# 3phase compressor service sizing.



## HARRY304E (Sep 15, 2010)

Rdumas32 said:


> I am installing 2 compressors and 2 dryers. Each compressor is required by the manufacture to be fused at 175 amps. The current draw per the service manual is 117 amps each. The two dryers current draw is 4.9 amps each. I plan to install a 400 amp breaker to a main breaker panel and comming off of that with two 200 amp disconects with 175 amp fuses and two 15 amp breakers. My plan was to run 2 sets of 4/0 from the 400 amp to the new panel then run 3/0 to each disconect. 14 awg will be ran to the dryers. Am I going to big or am I right on the money. By the way from the main panel to the new breaker panel is only 75' Any insight is appreciated.


That looks about right to me.

Welcome to the forum..:thumbup:


----------



## Going_Commando (Oct 1, 2011)

Rdumas32 said:


> I am installing 2 compressors and 2 dryers. Each compressor is required by the manufacture to be fused at 175 amps. The current draw per the service manual is 117 amps each. The two dryers current draw is 4.9 amps each. I plan to install a 400 amp breaker to a main breaker panel and comming off of that with two 200 amp disconects with 175 amp fuses and two 15 amp breakers. My plan was to run 2 sets of 4/0 from the 400 amp to the new panel then run 3/0 to each disconect. 14 awg will be ran to the dryers. Am I going to big or am I right on the money. By the way from the main panel to the new breaker panel is only 75' Any insight is appreciated.


What is the HP of the compressors? You size the OL protection based on the nameplate FLA, and OCPD and motor feeder sizing is based on 430.250.


----------



## ponyboy (Nov 18, 2012)

I've done the two compressors two dryer thing tons of times and I believe you'd be better off having each compressor on its own breaker. Especially if the 400 amp you intend to use has ground fault protection.
In most of the two compressor setups I've done one of the two is not pushing full CFM and is there to supplement the first and serve as a fail-safe if the other goes down. Someone would be looking for blood if the back up compressor went down with the primary one for no good reason other than they shared a CB. Jmo, I've seen 100 people sent home because of this same scenario.


----------



## Rdumas32 (Mar 1, 2013)

ponyboy said:


> I've done the two compressors two dryer thing tons of times and I believe you'd be better off having each compressor on its own breaker. Especially if the 400 amp you intend to use has ground fault protection.
> In most of the two compressor setups I've done one of the two is not pushing full CFM and is there to supplement the first and serve as a fail-safe if the other goes down. Someone would be looking for blood if the back up compressor went down with the primary one for no good reason other than they shared a CB. Jmo, I've seen 100 people sent home because of this same scenario.

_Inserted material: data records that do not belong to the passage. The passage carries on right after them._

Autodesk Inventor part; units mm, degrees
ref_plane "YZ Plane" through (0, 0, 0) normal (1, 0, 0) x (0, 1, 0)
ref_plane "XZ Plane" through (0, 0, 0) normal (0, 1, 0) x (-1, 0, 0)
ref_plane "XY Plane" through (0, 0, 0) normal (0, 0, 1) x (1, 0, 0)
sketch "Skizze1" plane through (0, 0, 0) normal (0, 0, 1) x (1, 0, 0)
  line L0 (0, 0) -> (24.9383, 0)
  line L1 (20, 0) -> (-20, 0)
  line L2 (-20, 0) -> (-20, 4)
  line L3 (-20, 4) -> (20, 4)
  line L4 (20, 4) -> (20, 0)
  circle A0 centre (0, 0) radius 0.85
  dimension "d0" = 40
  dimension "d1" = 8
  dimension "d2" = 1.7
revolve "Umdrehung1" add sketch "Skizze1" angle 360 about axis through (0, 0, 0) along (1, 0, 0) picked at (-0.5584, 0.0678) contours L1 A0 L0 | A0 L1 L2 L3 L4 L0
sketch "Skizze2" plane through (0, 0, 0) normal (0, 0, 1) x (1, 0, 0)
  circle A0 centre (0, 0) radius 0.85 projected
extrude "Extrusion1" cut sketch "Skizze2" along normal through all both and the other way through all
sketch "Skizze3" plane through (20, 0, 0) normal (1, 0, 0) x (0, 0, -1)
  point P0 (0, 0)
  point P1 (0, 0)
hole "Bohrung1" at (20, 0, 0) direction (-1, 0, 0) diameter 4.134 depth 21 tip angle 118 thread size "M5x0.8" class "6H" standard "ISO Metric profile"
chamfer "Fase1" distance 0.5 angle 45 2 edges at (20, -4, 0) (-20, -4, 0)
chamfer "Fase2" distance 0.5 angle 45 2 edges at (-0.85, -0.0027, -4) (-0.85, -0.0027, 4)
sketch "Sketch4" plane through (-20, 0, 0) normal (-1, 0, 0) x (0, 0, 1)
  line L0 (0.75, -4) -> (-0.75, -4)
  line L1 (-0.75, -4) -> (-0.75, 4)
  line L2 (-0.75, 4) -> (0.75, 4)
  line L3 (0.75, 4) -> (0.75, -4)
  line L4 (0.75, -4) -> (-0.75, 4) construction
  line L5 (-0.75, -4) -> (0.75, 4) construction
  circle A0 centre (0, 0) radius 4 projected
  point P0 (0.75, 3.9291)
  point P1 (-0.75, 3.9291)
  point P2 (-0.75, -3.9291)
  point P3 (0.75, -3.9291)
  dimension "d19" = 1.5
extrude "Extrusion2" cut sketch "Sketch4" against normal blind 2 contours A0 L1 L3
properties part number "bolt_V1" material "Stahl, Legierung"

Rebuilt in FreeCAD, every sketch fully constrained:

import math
import FreeCAD as App
import Part
import Sketcher
from FreeCAD import Vector
Q = App.Units.Quantity


def edges_at(feature, points):
    """Names of the edges that pass closest to the given points."""
    edges = feature.Shape.Edges
    near = lambda p: min(range(len(edges)), key=lambda i: edges[i].distToShape(Part.Vertex(*p))[0])
    return sorted({f"Edge{near(p) + 1}" for p in points})

doc = App.newDocument("Part")
params = doc.addObject("Spreadsheet::Sheet", "Params")
for row, (alias, value) in enumerate([
    ("sketch1_width", "40 mm"),
    ("sketch1_height", "4 mm"),
    ("revolution_angle", "360 deg"),
    ("sketch2_diameter", "1.7 mm"),
    ("hole_diameter", "4.134 mm"),
    ("hole_depth", "21 mm"),
    ("chamfer_size", "0.5 mm"),
    ("chamfer2_size", "0.5 mm"),
    ("sketch4_radius", "4 mm"),
    ("pocket2_length", "2 mm"),
], start=1):
    params.set(f"A{row}", alias)
    params.set(f"B{row}", "=" + value)
    params.setAlias(f"B{row}", alias)

body = doc.addObject("PartDesign::Body", "Body")

sketch1 = body.newObject("Sketcher::SketchObject", "Sketch")
sketch1.AttachmentSupport = (doc.getObject("XY_Plane"), [""])
sketch1.MapMode = "FlatFace"
sketch1.addGeometry([
    Part.LineSegment(Vector(20, 0, 0), Vector(20, 4, 0)),
    Part.LineSegment(Vector(20, 4, 0), Vector(-20, 4, 0)),
    Part.LineSegment(Vector(-20, 4, 0), Vector(-20, 0, 0)),
    Part.LineSegment(Vector(-20, 0, 0), Vector(20, 0, 0)),
], False)
sketch1.addConstraint([
    Sketcher.Constraint("Coincident", 0, 2, 1, 1),
    Sketcher.Constraint("Coincident", 1, 2, 2, 1),
    Sketcher.Constraint("Coincident", 2, 2, 3, 1),
    Sketcher.Constraint("Coincident", 3, 2, 0, 1),
    Sketcher.Constraint("Vertical", 0),
    Sketcher.Constraint("Horizontal", 1),
    Sketcher.Constraint("Vertical", 2),
    Sketcher.Constraint("Horizontal", 3),
    Sketcher.Constraint("Symmetric", 2, 2, 3, 2, -1, 1),
    Sketcher.Constraint("DistanceX", 1, 2, 1, 1, Q("40 mm")),
    Sketcher.Constraint("DistanceY", 0, 1, 0, 2, Q("4 mm")),
])
sketch1.setExpression("Constraints[9]", "Params.sketch1_width")
sketch1.setExpression("Constraints[10]", "Params.sketch1_height")
revolution = body.newObject("PartDesign::Revolution", "Revolution")
revolution.Profile = sketch1
revolution.ReferenceAxis = (sketch1, ["H_Axis"])
revolution.setExpression("Angle", "Params.revolution_angle")

sketch2 = body.newObject("Sketcher::SketchObject", "Sketch001")
sketch2.AttachmentSupport = (doc.getObject("XY_Plane"), [""])
sketch2.MapMode = "FlatFace"
sketch2.addGeometry(Part.Circle(Vector(0, 0, 0), Vector(0, 0, 1), 0.85), False)
sketch2.addConstraint([
    Sketcher.Constraint("Coincident", 0, 3, -1, 1),
    Sketcher.Constraint("Diameter", 0, Q("1.7 mm")),
])
sketch2.setExpression("Constraints[1]", "Params.sketch2_diameter")
pocket1 = body.newObject("PartDesign::Pocket", "Pocket")
pocket1.Profile = sketch2
pocket1.Type = "ThroughAll"
pocket1.Midplane = True

sketch3 = body.newObject("Sketcher::SketchObject", "Sketch002")
sketch3.AttachmentSupport = (doc.getObject("YZ_Plane"), [""])
sketch3.MapMode = "FlatFace"
sketch3.AttachmentOffset = App.Placement(Vector(0, 0, 20), App.Rotation())
sketch3.addGeometry(Part.Circle(Vector(0, 0, 0), Vector(0, 0, 1), 2.067), False)
sketch3.addConstraint([
    Sketcher.Constraint("Coincident", 0, 3, -1, 1),
    Sketcher.Constraint("Diameter", 0, Q("4.134 mm")),
])
doc.recompute()
hole = body.newObject("PartDesign::Hole", "Hole")
hole.Profile = sketch3
hole.ThreadType = "None"
hole.setExpression("Diameter", "Params.hole_diameter")
hole.DepthType = "Dimension"
hole.setExpression("Depth", "Params.hole_depth")
hole.DrillPoint = "Angled"
hole.DrillPointAngle = 118
doc.recompute()

chamfer = body.newObject("PartDesign::Chamfer", "Chamfer")
chamfer.Base = (hole, edges_at(hole, [(20, -4, 0), (-20, -4, 0)]))
chamfer.setExpression("Size", "Params.chamfer_size")
doc.recompute()

chamfer2 = body.newObject("PartDesign::Chamfer", "Chamfer001")
chamfer2.Base = (chamfer, edges_at(chamfer, [(-0.85, -0.003, -4), (-0.85, -0.003, 4)]))
chamfer2.setExpression("Size", "Params.chamfer2_size")

sketch4 = body.newObject("Sketcher::SketchObject", "Sketch003")
sketch4.AttachmentSupport = (doc.getObject("YZ_Plane"), [""])
sketch4.MapMode = "FlatFace"
sketch4.AttachmentOffset = App.Placement(Vector(0, 0, -20), App.Rotation())
sketch4.addGeometry([
    Part.ArcOfCircle(Part.Circle(Vector(0, 0, 0), Vector(0, 0, 1), 4), math.radians(169.193077), math.radians(190.806923)),
    Part.LineSegment(Vector(-3.929058, 0.75, 0), Vector(3.929058, 0.75, 0)),
    Part.ArcOfCircle(Part.Circle(Vector(0, 0, 0), Vector(0, 0, 1), 4), math.radians(-10.806923), math.radians(10.806923)),
    Part.LineSegment(Vector(3.929058, -0.75, 0), Vector(-3.929058, -0.75, 0)),
], False)
sketch4.addConstraint([
    Sketcher.Constraint("Coincident", 0, 1, 1, 1),
    Sketcher.Constraint("Coincident", 1, 2, 2, 2),
    Sketcher.Constraint("Coincident", 2, 1, 3, 1),
    Sketcher.Constraint("Coincident", 3, 2, 0, 2),
    Sketcher.Constraint("Horizontal", 1),
    Sketcher.Constraint("Horizontal", 3),
    Sketcher.Constraint("Coincident", 0, 3, -1, 1),
    Sketcher.Constraint("Coincident", 2, 3, -1, 1),
    Sketcher.Constraint("Equal", 0, 2),
    Sketcher.Constraint("Vertical", 1, 2, 2, 1),
    Sketcher.Constraint("Radius", 0, Q("4 mm")),
    Sketcher.Constraint("DistanceY", 2, 1, 1, 2, Q("1.5 mm")),
])
sketch4.setExpression("Constraints[10]", "Params.sketch4_radius")
pocket2 = body.newObject("PartDesign::Pocket", "Pocket001")
pocket2.Profile = sketch4
pocket2.setExpression("Length", "Params.pocket2_length")
pocket2.Reversed = True

doc.recompute()
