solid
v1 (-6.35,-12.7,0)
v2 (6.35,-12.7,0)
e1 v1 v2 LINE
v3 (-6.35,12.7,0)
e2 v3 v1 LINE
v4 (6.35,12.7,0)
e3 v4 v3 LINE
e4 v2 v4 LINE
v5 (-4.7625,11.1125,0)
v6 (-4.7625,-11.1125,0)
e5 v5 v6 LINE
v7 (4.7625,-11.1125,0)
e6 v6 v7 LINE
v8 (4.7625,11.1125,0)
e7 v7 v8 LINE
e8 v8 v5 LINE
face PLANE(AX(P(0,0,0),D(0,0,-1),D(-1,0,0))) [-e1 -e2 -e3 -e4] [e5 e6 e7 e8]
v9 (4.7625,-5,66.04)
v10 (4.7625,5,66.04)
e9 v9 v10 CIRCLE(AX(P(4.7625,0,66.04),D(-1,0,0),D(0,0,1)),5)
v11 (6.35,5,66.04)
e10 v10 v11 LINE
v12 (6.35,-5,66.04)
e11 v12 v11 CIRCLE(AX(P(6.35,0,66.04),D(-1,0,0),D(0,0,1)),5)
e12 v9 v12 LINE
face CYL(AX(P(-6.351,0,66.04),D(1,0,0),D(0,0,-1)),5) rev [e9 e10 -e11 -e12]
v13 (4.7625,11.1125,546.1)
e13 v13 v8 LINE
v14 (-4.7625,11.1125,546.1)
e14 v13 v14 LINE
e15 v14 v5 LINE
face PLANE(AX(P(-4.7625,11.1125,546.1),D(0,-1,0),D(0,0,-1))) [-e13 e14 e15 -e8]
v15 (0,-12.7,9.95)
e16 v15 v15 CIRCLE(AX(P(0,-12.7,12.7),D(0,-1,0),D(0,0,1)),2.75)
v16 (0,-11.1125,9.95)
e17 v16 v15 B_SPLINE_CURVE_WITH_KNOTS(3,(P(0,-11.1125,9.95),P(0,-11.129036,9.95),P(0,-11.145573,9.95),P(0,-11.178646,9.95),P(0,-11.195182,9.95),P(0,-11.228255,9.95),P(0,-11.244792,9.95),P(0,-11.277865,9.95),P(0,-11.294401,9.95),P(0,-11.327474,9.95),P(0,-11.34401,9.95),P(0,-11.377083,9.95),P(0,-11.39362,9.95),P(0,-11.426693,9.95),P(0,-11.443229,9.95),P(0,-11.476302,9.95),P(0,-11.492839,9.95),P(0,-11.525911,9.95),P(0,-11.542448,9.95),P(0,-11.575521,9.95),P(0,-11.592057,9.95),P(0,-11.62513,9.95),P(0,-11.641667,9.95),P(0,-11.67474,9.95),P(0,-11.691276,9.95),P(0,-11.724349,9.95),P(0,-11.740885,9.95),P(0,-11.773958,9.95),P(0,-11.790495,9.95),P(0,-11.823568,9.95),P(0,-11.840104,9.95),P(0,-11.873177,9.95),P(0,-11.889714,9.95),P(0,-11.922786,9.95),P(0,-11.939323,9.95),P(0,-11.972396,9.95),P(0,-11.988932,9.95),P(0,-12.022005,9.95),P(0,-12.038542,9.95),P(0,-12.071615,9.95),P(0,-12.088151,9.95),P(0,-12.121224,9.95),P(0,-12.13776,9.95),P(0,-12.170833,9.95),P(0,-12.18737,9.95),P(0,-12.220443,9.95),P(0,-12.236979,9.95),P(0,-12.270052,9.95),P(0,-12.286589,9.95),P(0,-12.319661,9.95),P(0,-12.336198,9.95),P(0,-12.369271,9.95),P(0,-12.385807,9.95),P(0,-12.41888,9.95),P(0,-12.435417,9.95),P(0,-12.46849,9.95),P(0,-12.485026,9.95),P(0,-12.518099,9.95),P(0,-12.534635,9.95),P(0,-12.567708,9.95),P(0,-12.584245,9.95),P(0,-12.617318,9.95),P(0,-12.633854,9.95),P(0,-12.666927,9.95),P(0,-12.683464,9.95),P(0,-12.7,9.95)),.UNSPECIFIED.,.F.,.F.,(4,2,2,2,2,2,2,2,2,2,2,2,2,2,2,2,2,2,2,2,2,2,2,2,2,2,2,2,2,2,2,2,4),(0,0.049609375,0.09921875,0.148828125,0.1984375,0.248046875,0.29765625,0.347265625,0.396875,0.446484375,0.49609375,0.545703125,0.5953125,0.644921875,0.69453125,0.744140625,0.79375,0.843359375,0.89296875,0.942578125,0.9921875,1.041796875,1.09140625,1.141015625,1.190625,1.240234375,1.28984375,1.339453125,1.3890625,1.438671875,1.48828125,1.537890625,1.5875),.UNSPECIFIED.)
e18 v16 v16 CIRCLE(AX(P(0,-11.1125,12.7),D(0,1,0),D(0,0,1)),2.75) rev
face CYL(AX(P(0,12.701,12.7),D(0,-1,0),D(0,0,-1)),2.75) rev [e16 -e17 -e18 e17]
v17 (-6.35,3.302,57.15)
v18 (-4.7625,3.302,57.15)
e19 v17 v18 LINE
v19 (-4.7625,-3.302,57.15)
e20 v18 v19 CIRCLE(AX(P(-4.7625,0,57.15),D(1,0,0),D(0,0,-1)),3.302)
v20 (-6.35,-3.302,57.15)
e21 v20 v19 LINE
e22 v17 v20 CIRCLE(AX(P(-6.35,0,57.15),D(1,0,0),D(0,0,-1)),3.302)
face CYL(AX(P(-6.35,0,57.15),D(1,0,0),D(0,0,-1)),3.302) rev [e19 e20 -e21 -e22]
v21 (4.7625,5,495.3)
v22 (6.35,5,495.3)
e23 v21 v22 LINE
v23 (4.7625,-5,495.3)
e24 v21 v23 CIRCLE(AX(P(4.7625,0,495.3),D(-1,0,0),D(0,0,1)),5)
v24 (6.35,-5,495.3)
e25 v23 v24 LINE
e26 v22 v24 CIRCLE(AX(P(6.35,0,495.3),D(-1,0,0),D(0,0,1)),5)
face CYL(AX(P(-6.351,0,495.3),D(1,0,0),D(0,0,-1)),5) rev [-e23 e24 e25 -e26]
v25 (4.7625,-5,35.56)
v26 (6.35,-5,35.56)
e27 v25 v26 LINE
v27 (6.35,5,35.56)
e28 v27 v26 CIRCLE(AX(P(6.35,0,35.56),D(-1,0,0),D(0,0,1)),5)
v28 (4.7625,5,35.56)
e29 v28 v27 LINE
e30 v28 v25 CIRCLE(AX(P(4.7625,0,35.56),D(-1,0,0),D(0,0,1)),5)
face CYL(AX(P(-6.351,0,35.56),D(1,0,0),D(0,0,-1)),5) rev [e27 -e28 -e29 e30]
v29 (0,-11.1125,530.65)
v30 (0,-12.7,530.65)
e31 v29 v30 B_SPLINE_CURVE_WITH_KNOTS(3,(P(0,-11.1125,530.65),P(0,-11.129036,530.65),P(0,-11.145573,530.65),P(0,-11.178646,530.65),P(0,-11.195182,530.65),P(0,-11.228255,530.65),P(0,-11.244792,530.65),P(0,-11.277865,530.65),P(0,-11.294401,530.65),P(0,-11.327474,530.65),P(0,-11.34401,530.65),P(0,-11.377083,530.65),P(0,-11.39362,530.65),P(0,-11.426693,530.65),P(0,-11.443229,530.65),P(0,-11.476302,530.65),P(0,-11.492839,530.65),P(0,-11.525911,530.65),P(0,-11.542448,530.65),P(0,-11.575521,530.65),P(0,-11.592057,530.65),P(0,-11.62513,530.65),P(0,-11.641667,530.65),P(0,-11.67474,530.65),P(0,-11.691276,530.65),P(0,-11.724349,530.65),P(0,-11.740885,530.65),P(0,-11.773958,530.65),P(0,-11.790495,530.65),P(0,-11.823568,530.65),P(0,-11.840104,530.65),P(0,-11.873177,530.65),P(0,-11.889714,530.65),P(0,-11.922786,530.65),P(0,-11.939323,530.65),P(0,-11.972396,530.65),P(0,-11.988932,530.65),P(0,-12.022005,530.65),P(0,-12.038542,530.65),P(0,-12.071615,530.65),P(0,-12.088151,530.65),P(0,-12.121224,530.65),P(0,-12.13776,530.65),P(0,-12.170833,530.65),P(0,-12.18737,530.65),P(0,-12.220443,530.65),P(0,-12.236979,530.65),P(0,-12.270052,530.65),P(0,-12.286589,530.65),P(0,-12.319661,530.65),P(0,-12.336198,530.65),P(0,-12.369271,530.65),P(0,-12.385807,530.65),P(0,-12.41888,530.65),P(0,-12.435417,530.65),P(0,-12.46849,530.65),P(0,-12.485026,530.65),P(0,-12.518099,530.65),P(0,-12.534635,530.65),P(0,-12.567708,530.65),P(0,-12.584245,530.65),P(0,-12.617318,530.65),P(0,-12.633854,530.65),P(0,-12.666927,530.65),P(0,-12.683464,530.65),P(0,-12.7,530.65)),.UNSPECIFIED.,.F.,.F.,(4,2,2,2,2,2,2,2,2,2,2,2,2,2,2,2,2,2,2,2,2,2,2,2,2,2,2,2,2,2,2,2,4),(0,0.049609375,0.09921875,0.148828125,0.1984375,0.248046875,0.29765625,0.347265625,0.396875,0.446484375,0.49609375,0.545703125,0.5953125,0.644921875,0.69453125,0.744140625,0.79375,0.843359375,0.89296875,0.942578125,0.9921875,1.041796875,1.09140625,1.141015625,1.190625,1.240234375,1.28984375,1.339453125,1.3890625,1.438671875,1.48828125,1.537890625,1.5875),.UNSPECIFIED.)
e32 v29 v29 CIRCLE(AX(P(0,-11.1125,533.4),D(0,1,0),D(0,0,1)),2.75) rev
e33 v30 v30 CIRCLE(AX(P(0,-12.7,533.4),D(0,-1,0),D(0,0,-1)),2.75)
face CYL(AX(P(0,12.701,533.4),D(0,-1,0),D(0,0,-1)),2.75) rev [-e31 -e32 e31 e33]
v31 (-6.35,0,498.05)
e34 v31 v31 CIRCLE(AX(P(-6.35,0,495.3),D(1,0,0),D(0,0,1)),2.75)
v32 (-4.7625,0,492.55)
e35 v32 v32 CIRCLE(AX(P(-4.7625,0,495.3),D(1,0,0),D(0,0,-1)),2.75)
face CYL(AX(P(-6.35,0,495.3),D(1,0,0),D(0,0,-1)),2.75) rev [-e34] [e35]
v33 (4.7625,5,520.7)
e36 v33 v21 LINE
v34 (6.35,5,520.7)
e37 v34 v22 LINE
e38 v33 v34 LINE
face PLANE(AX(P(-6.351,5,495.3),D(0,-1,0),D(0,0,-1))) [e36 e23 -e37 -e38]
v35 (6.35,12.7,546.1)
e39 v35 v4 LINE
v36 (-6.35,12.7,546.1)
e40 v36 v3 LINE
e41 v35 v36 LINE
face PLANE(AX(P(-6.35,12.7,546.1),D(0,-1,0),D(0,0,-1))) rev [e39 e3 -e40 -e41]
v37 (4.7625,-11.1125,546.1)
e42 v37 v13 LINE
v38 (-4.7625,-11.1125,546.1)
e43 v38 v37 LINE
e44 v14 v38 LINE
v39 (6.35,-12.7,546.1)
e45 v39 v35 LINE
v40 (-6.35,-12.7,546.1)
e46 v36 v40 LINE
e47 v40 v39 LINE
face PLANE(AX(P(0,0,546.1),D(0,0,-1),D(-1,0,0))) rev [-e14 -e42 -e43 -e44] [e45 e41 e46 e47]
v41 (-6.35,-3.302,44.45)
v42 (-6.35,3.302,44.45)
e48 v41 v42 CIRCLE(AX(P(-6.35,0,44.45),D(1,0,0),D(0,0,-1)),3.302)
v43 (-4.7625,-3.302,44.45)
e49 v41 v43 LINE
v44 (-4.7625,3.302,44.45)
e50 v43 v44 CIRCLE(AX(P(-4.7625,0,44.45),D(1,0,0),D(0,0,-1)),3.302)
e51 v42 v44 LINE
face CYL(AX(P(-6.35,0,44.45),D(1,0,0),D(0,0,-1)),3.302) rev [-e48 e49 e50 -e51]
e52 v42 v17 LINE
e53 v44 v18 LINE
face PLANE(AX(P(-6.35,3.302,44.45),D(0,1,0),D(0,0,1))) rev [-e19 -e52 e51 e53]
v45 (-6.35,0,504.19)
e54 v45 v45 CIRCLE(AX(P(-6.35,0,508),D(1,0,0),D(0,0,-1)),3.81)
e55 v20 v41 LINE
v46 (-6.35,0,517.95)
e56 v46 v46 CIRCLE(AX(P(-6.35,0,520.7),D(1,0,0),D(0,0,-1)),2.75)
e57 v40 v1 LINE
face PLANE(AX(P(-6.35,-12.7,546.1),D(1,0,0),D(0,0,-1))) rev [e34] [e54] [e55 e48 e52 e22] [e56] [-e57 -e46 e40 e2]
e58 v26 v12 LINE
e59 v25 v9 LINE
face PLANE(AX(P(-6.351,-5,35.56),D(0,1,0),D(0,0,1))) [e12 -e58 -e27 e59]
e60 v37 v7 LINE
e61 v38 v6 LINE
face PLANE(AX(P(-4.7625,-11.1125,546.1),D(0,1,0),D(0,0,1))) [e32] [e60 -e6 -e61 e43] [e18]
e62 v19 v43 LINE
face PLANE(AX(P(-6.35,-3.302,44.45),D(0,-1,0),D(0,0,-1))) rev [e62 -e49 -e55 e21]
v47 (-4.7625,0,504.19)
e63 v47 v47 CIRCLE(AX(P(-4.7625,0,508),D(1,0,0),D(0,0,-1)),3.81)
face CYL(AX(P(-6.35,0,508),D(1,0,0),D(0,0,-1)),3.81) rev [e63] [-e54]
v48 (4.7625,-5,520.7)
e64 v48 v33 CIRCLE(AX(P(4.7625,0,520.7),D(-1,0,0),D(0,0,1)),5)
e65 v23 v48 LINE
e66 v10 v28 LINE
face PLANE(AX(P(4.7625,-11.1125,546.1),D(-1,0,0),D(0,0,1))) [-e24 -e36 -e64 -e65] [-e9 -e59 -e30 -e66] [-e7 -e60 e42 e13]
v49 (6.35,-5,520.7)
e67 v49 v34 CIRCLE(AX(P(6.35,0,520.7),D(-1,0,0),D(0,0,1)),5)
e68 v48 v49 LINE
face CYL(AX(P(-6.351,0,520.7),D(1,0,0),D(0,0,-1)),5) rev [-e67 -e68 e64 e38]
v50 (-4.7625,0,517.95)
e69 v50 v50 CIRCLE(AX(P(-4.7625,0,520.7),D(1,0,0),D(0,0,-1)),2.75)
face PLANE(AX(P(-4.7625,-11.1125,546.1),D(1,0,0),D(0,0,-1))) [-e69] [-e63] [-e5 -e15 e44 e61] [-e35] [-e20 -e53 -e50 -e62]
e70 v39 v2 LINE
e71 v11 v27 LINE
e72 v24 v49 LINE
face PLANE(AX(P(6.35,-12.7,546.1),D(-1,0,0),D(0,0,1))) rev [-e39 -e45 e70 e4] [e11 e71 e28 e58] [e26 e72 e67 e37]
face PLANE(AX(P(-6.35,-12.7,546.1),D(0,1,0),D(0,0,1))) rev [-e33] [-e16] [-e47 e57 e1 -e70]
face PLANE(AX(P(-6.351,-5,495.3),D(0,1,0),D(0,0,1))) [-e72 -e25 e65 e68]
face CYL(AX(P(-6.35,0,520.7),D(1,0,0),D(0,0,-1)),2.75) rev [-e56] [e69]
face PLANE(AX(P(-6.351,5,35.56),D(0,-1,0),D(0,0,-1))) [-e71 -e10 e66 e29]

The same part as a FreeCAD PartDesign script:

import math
import FreeCAD as App
import Part
import Sketcher
from FreeCAD import Vector
Q = App.Units.Quantity


def add_polygon(sketch, points):
    """Adds a closed chain of lines whose ends are joined by coincident constraints."""
    first, n = sketch.GeometryCount, len(points)
    for a, b in zip(points, points[1:] + points[:1]):
        sketch.addGeometry(Part.LineSegment(App.Vector(*a, 0), App.Vector(*b, 0)), False)
    for i in range(n):
        sketch.addConstraint(Sketcher.Constraint("Coincident", first + i, 2, first + (i + 1) % n, 1))

doc = App.newDocument("Part")
body = doc.addObject("PartDesign::Body", "Body")

# Sketch on XY plane
sketch1 = body.newObject("Sketcher::SketchObject", "Sketch")
sketch1.AttachmentSupport = (doc.getObject("XY_Plane"), [""])
sketch1.MapMode = "FlatFace"
add_polygon(sketch1, [(-6.35, 12.7), (-6.35, -12.7), (6.35, -12.7), (6.35, 12.7)])  # lines 0-3
add_polygon(sketch1, [(4.7625, -11.1125), (-4.7625, -11.1125), (-4.7625, 11.1125), (4.7625, 11.1125)])  # lines 4-7
sketch1.addConstraint(Sketcher.Constraint("Vertical", 0))
sketch1.addConstraint(Sketcher.Constraint("Horizontal", 1))
sketch1.addConstraint(Sketcher.Constraint("Vertical", 2))
sketch1.addConstraint(Sketcher.Constraint("Horizontal", 3))
sketch1.addConstraint(Sketcher.Constraint("Horizontal", 4))
sketch1.addConstraint(Sketcher.Constraint("Vertical", 5))
sketch1.addConstraint(Sketcher.Constraint("Horizontal", 6))
sketch1.addConstraint(Sketcher.Constraint("Vertical", 7))
sketch1.addConstraint(Sketcher.Constraint("Symmetric", 0, 2, 2, 2, -1, 1))
sketch1.addConstraint(Sketcher.Constraint("Symmetric", 4, 2, 6, 2, -1, 1))
sketch1.addConstraint(Sketcher.Constraint("DistanceY", 0, 2, 0, 1, Q("1 in")))
sketch1.addConstraint(Sketcher.Constraint("DistanceX", 1, 1, 1, 2, Q("0.5 in")))
sketch1.addConstraint(Sketcher.Constraint("DistanceX", 4, 2, 4, 1, Q("0.375 in")))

I am installing a 400 amp breaker in the main feed coming into the building. Off of that I am running two sets of 4/0 to a breaker panel with a 400 amp main. I will then install 2 200 amp breakers one for each compressor. I will not be sharing breakers. Also each compressor has a 100 hp motor. Thanks for the fast replies.


----------



## ponyboy (Nov 18, 2012)

Rdumas32 said:


> I am installing a 400 amp breaker in the main feed coming into the building. Off of that I am running two sets of 4/0 to a breaker panel with a 400 amp main. I will then install 2 200 amp breakers one for each compressor. I will not be sharing breakers. Also each compressor has a 100 hp motor. Thanks for the fast replies.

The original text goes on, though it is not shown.